The three-dimensional shape of the canyon is made apparent in the image on the right by the texture gradient depth cue. Note that there are no other depth cues present in this image (except for a small amount of recess shading). The image on the left shows the same texture and the same canyon but without the texture gradient depth cue. Another example of the texture gradient depth cue is shown in the figure below.
As this figure demonstrates, a texture gradient does not have to consist of a pattern that has been painted on a flat surface. It can also consist of a large collection of three-dimensional objects that are situated so that they approximately form a flat surface. An additional example of the texture gradient depth cue is shown in the figure below.
As this figure demonstrates, a texture gradient does not have to consist solely of independent features or objects. Rather, it can consist of an interconnected pattern. The image on the right includes the texture gradient effect. As a result, the top of the image appears to be farther away from you than the bottom of the image. In contrast, the image on the left shows a texture but without the texture gradient effect, making it look flat.
11. Horizon Effect
For an object sitting on the ground, the physics dictates that the closer the object's center appears to be to the horizon, the farther away the object is from you. Your brain can therefore estimate how far away an object is from how close its center appears to be to the horizon line. The figure below demonstrates the "horizon effect" depth cue.

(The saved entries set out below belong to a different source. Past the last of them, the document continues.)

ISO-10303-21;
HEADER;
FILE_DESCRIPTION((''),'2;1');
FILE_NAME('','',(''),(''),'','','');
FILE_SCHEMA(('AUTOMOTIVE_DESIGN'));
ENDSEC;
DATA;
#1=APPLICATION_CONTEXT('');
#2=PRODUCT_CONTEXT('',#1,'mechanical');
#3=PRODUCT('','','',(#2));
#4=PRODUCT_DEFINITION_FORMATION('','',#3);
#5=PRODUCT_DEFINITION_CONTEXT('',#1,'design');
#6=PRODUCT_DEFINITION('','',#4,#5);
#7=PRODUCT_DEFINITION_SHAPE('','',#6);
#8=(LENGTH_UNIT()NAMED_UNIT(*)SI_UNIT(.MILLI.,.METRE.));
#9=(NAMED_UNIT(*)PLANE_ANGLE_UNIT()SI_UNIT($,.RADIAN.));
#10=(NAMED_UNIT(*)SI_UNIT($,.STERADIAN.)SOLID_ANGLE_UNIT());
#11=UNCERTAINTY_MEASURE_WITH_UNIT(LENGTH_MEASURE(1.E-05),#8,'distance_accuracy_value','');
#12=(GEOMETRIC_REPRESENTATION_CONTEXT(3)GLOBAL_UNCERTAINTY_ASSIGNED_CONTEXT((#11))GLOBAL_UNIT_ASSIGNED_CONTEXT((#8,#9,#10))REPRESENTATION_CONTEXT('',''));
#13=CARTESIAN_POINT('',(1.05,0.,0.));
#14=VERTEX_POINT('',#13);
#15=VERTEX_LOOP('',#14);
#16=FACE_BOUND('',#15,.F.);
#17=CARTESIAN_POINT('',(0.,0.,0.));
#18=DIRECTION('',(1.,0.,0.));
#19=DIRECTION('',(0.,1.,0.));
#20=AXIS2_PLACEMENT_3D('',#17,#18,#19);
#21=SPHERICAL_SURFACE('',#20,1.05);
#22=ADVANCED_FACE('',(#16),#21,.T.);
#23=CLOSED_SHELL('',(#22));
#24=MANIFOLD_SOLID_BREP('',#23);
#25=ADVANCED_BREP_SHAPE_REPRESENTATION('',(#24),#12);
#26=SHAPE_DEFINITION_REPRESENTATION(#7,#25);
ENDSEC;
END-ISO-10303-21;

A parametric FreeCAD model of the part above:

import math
import FreeCAD as App
import Part
import Sketcher

V = App.Vector
Q = App.Units.Quantity

doc = App.newDocument("Part")
body = doc.addObject("PartDesign::Body", "Body")

# Sketch on XY plane
sketch1 = body.newObject("Sketcher::SketchObject", "Sketch")
sketch1.AttachmentSupport = (doc.getObject("XY_Plane"), [""])
sketch1.MapMode = "FlatFace"
sketch1.addGeometry([
    Part.LineSegment(V(-1.05, 0, 0), V(1.05, 0, 0)),
    Part.ArcOfCircle(Part.Circle(V(0, 0, 0), V(0, 0, 1), 1.05), math.radians(0), math.radians(180)),
], False)
sketch1.addConstraint([
    Sketcher.Constraint("Coincident", 0, 1, 1, 2),
    Sketcher.Constraint("Coincident", 1, 1, 0, 2),
    Sketcher.Constraint("Horizontal", 0),
    Sketcher.Constraint("Coincident", 1, 3, -1, 1),
    Sketcher.Constraint("PointOnObject", 0, 1, -1),
    Sketcher.Constraint("Radius", 1, Q("1.05 mm")),
])
revolution = body.newObject("PartDesign::Revolution", "Revolution")
revolution.Profile = sketch1
revolution.ReferenceAxis = (sketch1, ["H_Axis"])
revolution.Angle = 360

doc.recompute()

In the image on the left, all three objects are at the same height in the image. In contrast, the image on the right shows the same three objects but at different perceived heights. Your brain sees the blue cone as visually closer to the horizon and therefore perceives that it is farther away from you than the other objects.
Interestingly, the horizon can also take the form of a vanishing point. For instance, for objects sitting in a tunnel, the closer that an object appears to be to the tunnel's vanishing point, the farther away it seems to be. The figure below demonstrates the "horizon effect" depth cue when there is a vanishing point instead of a horizon line.
In the image on the right, the blue cone appears to be closer to the vanishing point and therefore is perceived to be farther away from you. The image on the left shows the same scene, insofar as it is possible, without the horizon effect depth cue or the parallel lines depth cue.